Data section:
=-=-=-=-=
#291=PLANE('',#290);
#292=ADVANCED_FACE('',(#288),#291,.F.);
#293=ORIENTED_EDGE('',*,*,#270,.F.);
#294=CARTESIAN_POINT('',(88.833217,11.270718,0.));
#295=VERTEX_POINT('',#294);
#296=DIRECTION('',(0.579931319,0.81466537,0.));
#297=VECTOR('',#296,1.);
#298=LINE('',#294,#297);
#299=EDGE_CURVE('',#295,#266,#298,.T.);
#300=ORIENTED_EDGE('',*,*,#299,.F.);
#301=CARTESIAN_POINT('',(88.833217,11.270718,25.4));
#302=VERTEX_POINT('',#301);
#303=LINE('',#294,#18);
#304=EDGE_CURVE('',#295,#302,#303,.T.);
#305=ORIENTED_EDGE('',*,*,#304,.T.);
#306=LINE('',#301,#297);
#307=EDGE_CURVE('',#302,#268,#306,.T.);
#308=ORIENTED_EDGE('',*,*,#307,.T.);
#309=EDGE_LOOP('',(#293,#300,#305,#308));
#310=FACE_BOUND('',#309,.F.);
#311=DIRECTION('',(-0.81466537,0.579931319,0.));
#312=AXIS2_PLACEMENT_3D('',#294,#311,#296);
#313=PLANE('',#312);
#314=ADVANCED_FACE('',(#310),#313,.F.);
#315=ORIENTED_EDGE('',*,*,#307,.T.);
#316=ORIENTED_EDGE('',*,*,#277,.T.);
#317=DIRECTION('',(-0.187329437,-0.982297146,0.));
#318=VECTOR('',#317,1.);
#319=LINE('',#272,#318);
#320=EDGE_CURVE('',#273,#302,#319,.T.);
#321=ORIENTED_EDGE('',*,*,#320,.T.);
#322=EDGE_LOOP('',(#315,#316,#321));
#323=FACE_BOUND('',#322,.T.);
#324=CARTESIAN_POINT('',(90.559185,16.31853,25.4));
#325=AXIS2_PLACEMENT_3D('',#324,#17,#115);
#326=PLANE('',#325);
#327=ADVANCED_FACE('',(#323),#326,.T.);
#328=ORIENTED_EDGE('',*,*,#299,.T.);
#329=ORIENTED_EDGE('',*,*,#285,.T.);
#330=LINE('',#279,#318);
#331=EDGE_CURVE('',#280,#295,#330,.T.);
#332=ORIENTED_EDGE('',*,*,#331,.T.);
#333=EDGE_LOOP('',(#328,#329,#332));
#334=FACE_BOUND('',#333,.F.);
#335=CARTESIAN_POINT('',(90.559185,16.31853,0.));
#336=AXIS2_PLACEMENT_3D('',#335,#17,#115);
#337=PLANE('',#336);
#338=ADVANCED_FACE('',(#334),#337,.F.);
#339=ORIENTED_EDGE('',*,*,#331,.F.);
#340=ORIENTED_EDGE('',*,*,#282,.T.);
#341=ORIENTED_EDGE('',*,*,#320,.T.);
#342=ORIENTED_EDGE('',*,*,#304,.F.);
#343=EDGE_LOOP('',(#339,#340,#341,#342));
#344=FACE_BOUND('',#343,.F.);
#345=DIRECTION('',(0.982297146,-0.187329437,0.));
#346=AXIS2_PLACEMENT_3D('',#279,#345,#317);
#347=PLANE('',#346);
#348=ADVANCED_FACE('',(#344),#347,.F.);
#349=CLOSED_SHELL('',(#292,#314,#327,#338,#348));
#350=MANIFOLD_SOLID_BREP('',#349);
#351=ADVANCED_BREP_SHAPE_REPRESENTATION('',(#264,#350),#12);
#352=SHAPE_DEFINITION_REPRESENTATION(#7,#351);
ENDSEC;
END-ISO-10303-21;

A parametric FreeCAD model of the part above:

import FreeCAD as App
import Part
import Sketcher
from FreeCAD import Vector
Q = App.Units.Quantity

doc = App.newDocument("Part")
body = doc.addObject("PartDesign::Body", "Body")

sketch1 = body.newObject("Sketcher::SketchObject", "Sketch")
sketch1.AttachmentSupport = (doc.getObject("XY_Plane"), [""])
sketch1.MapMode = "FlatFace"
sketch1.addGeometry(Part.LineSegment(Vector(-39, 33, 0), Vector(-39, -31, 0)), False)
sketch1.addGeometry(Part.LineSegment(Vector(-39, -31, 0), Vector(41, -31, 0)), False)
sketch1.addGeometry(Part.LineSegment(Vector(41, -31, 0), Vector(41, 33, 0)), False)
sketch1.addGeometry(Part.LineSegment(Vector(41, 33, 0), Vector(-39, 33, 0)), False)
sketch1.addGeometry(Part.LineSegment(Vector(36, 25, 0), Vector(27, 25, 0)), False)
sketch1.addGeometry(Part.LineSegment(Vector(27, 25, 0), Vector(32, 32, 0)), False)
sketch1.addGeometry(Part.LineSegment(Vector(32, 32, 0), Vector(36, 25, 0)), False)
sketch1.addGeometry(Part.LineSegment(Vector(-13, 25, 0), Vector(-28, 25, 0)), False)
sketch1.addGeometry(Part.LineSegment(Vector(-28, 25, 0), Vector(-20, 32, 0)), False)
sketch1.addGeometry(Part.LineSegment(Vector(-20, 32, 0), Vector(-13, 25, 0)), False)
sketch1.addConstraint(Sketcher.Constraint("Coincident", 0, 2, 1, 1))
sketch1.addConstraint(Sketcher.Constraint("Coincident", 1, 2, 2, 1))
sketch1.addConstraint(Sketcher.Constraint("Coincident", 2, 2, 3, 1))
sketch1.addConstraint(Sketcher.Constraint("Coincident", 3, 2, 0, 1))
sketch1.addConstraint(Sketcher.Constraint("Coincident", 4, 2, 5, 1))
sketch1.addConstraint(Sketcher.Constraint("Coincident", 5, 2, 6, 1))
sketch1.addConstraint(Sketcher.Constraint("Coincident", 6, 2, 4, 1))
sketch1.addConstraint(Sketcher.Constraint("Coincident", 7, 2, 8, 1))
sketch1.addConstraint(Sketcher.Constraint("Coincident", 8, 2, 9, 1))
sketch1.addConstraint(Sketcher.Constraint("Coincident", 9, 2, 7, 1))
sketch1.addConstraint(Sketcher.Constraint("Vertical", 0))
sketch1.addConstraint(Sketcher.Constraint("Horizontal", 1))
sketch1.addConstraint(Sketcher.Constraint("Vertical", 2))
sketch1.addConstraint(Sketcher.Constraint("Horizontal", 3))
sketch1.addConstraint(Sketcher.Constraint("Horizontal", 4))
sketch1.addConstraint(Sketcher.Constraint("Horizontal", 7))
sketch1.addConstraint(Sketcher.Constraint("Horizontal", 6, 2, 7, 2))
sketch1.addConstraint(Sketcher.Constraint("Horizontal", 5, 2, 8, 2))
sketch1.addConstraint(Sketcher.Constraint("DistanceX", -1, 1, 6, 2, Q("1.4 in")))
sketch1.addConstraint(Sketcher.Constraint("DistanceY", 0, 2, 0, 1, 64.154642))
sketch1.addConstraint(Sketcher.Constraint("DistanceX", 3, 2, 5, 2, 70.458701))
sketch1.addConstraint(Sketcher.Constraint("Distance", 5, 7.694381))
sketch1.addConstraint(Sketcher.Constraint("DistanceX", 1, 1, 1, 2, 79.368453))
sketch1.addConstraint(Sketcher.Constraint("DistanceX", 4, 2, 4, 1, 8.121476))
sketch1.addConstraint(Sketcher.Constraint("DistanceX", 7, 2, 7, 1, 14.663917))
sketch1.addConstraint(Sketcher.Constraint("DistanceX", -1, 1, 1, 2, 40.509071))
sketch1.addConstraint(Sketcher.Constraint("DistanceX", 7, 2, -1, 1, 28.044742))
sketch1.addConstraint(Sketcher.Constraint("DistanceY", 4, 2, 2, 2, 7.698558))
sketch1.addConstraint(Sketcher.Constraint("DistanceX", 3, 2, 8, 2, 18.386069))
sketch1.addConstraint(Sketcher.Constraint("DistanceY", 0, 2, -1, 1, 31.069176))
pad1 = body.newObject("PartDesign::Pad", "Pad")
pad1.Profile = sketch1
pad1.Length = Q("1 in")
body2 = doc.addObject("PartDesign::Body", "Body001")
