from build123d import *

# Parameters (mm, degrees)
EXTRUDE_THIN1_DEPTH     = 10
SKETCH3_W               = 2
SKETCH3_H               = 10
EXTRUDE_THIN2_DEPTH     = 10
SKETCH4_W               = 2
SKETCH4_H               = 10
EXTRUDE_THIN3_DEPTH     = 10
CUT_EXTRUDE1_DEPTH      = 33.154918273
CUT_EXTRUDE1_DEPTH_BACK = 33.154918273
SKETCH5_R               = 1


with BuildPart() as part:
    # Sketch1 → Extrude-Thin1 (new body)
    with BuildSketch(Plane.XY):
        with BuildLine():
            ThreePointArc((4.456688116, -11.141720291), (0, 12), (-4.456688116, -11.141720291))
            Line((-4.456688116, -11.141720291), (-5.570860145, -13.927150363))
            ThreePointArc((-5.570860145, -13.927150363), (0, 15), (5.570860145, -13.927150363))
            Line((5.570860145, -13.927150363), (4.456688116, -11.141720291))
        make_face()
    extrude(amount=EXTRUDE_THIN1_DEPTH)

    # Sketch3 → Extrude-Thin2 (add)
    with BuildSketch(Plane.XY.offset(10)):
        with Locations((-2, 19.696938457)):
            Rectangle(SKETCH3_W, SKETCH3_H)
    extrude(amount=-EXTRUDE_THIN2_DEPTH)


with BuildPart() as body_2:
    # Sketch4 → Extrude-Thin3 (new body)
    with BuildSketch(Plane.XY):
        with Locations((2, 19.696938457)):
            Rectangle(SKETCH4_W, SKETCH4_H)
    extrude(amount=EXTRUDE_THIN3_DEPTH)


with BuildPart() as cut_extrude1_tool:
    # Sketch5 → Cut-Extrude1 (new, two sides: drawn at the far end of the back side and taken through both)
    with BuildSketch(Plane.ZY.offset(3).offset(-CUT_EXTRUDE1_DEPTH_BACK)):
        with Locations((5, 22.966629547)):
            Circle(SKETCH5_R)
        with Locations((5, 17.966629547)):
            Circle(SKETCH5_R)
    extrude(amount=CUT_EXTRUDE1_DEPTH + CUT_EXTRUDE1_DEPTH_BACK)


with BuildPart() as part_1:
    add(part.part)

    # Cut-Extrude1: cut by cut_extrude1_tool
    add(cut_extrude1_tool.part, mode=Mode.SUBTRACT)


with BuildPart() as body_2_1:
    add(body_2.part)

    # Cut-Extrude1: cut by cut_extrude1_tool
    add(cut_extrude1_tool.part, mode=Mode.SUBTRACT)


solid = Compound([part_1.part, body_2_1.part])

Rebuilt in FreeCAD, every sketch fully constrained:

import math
import FreeCAD as App
import Part
import Sketcher
from FreeCAD import Vector

doc = App.newDocument("Part")
body = doc.addObject("PartDesign::Body", "Body")

# Sketch on XY plane
sketch1 = doc.addObject("Sketcher::SketchObject", "Sketch")
body.addObject(sketch1)
sketch1.AttachmentSupport = (doc.XY_Plane, [""])
sketch1.MapMode = "FlatFace"
sketch1.addGeometry([
    Part.ArcOfCircle(Part.Circle(Vector(0, 0, 0), Vector(0, 0, 1), 12), math.radians(-68), math.radians(248)),
    Part.LineSegment(Vector(4.5, -11.1, 0), Vector(5.6, -13.9, 0)),
    Part.ArcOfCircle(Part.Circle(Vector(0, 0, 0), Vector(0, 0, 1), 15), math.radians(-68), math.radians(248)),
    Part.LineSegment(Vector(-5.6, -13.9, 0), Vector(-4.5, -11.1, 0)),
], False)
sketch1.addConstraint([
    Sketcher.Constraint("Coincident", 0, 1, 1, 1),
    Sketcher.Constraint("Coincident", 1, 2, 2, 1),
    Sketcher.Constraint("Coincident", 2, 2, 3, 1),
    Sketcher.Constraint("Coincident", 3, 2, 0, 2),
    Sketcher.Constraint("Coincident", 0, 3, -1, 1),
    Sketcher.Constraint("Coincident", 2, 3, -1, 1),
    Sketcher.Constraint("Horizontal", 1, 2, 2, 2),
    Sketcher.Constraint("Horizontal", 0, 1, 3, 2),
    Sketcher.Constraint("Radius", 0, 12.0),
    Sketcher.Constraint("Radius", 2, 15.0),
    Sketcher.Constraint("DistanceX", -1, 1, 0, 1, 4.456688),
    Sketcher.Constraint("DistanceX", -1, 1, 1, 2, 5.57086),
])
pad1 = doc.addObject("PartDesign::Pad", "Pad")
body.addObject(pad1)
pad1.Profile = sketch1
pad1.Length = 10

# Sketch on XY plane
sketch2 = doc.addObject("Sketcher::SketchObject", "Sketch001")
body.addObject(sketch2)
sketch2.AttachmentSupport = (doc.XY_Plane, [""])
sketch2.MapMode = "FlatFace"
sketch2.AttachmentOffset = App.Placement(Vector(0, 0, 10), App.Rotation())
sketch2.addGeometry([
    Part.LineSegment(Vector(-3, 24.7, 0), Vector(-3, 14.7, 0)),
    Part.LineSegment(Vector(-3, 14.7, 0), Vector(-1, 14.7, 0)),
    Part.LineSegment(Vector(-1, 14.7, 0), Vector(-1, 24.7, 0)),
    Part.LineSegment(Vector(-1, 24.7, 0), Vector(-3, 24.7, 0)),
], False)
sketch2.addConstraint([
    Sketcher.Constraint("Coincident", 0, 2, 1, 1),
    Sketcher.Constraint("Coincident", 1, 2, 2, 1),
    Sketcher.Constraint("Coincident", 2, 2, 3, 1),
    Sketcher.Constraint("Coincident", 3, 2, 0, 1),
    Sketcher.Constraint("Vertical", 0),
    Sketcher.Constraint("Horizontal", 1),
    Sketcher.Constraint("Vertical", 2),
    Sketcher.Constraint("Horizontal", 3),
    Sketcher.Constraint("DistanceX", 1, 1, 1, 2, 2.0),
    Sketcher.Constraint("DistanceY", 0, 2, 0, 1, 10.0),
    Sketcher.Constraint("DistanceX", 0, 2, -1, 1, 3.0),
    Sketcher.Constraint("DistanceY", -1, 1, 0, 2, 14.696938),
])
pad2 = doc.addObject("PartDesign::Pad", "Pad001")
body.addObject(pad2)
pad2.Profile = sketch2
pad2.Length = 10
pad2.Reversed = True
body2 = doc.addObject("PartDesign::Body", "Body001")

# Sketch on XY plane
sketch3 = doc.addObject("Sketcher::SketchObject", "Sketch002")
body2.addObject(sketch3)
sketch3.AttachmentSupport = (doc.getObject("XY_Plane001"), [""])
sketch3.MapMode = "FlatFace"
sketch3.addGeometry([
    Part.LineSegment(Vector(1, 24.7, 0), Vector(1, 14.7, 0)),
    Part.LineSegment(Vector(1, 14.7, 0), Vector(3, 14.7, 0)),
    Part.LineSegment(Vector(3, 14.7, 0), Vector(3, 24.7, 0)),
    Part.LineSegment(Vector(3, 24.7, 0), Vector(1, 24.7, 0)),
], False)
sketch3.addConstraint([
    Sketcher.Constraint("Coincident", 0, 2, 1, 1),
    Sketcher.Constraint("Coincident", 1, 2, 2, 1),
    Sketcher.Constraint("Coincident", 2, 2, 3, 1),
    Sketcher.Constraint("Coincident", 3, 2, 0, 1),
    Sketcher.Constraint("Vertical", 0),
    Sketcher.Constraint("Horizontal", 1),
    Sketcher.Constraint("Vertical", 2),
    Sketcher.Constraint("Horizontal", 3),
    Sketcher.Constraint("DistanceX", 1, 1, 1, 2, 2.0),
    Sketcher.Constraint("DistanceY", 0, 2, 0, 1, 10.0),
    Sketcher.Constraint("DistanceX", -1, 1, 0, 2, 1.0),
    Sketcher.Constraint("DistanceY", -1, 1, 0, 2, 14.696938),
])
pad3 = doc.addObject("PartDesign::Pad", "Pad002")
body2.addObject(pad3)
pad3.Profile = sketch3
pad3.Length = 10
body3 = doc.addObject("PartDesign::Body", "Body002")
body3.AllowCompound = True

# Sketch on YZ plane
sketch4 = doc.addObject("Sketcher::SketchObject", "Sketch003")
body3.addObject(sketch4)
sketch4.AttachmentSupport = (doc.getObject("YZ_Plane002"), [""])
sketch4.MapMode = "FlatFace"
sketch4.AttachmentOffset = App.Placement(Vector(0, 0, -3), App.Rotation())
sketch4.addGeometry([
    Part.Circle(Vector(23, 5, 0), Vector(0, 0, 1), 1),
    Part.Circle(Vector(18, 5, 0), Vector(0, 0, 1), 1),
], False)
sketch4.addConstraint([
    Sketcher.Constraint("Equal", 0, 1),
    Sketcher.Constraint("Horizontal", 0, 3, 1, 3),
    Sketcher.Constraint("Diameter", 0, 2.0),
    Sketcher.Constraint("DistanceY", -1, 1, 0, 3, 5.0),
    Sketcher.Constraint("DistanceX", 1, 3, 0, 3, 5.0),
    Sketcher.Constraint("DistanceX", -1, 1, 0, 3, 22.96663),
])
pad4 = doc.addObject("PartDesign::Pad", "Pad003")
body3.addObject(pad4)
pad4.Profile = sketch4
pad4.Type = "TwoLengths"
pad4.Length = 33.154918
pad4.Length2 = 33.154918
pad4.Reversed = True
doc.recompute()

body4 = doc.addObject("PartDesign::Body", "Body003")
body4.BaseFeature = body3
boolean = doc.addObject("PartDesign::Boolean", "Boolean")
body.addObject(boolean)
boolean.Type = "Cut"
boolean.addObjects([body4])
doc.recompute()

boolean2 = doc.addObject("PartDesign::Boolean", "Boolean001")
body2.addObject(boolean2)
boolean2.Type = "Cut"
boolean2.addObjects([body3])

doc.recompute()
=-=-=-=-=
Task to complete:
In the listing above, find the line containing "#336=AXIS2_PLACEMENT_3D('',#335,#17,#115);" and the line containing "#344=FACE_BOUND('',#343,.F.);". Output them and every line between, exactly, and nothing else.

Result of the task:
#336=AXIS2_PLACEMENT_3D('',#335,#17,#115);
#337=PLANE('',#336);
#338=ADVANCED_FACE('',(#334),#337,.F.);
#339=ORIENTED_EDGE('',*,*,#331,.F.);
#340=ORIENTED_EDGE('',*,*,#282,.T.);
#341=ORIENTED_EDGE('',*,*,#320,.T.);
#342=ORIENTED_EDGE('',*,*,#304,.F.);
#343=EDGE_LOOP('',(#339,#340,#341,#342));
#344=FACE_BOUND('',#343,.F.);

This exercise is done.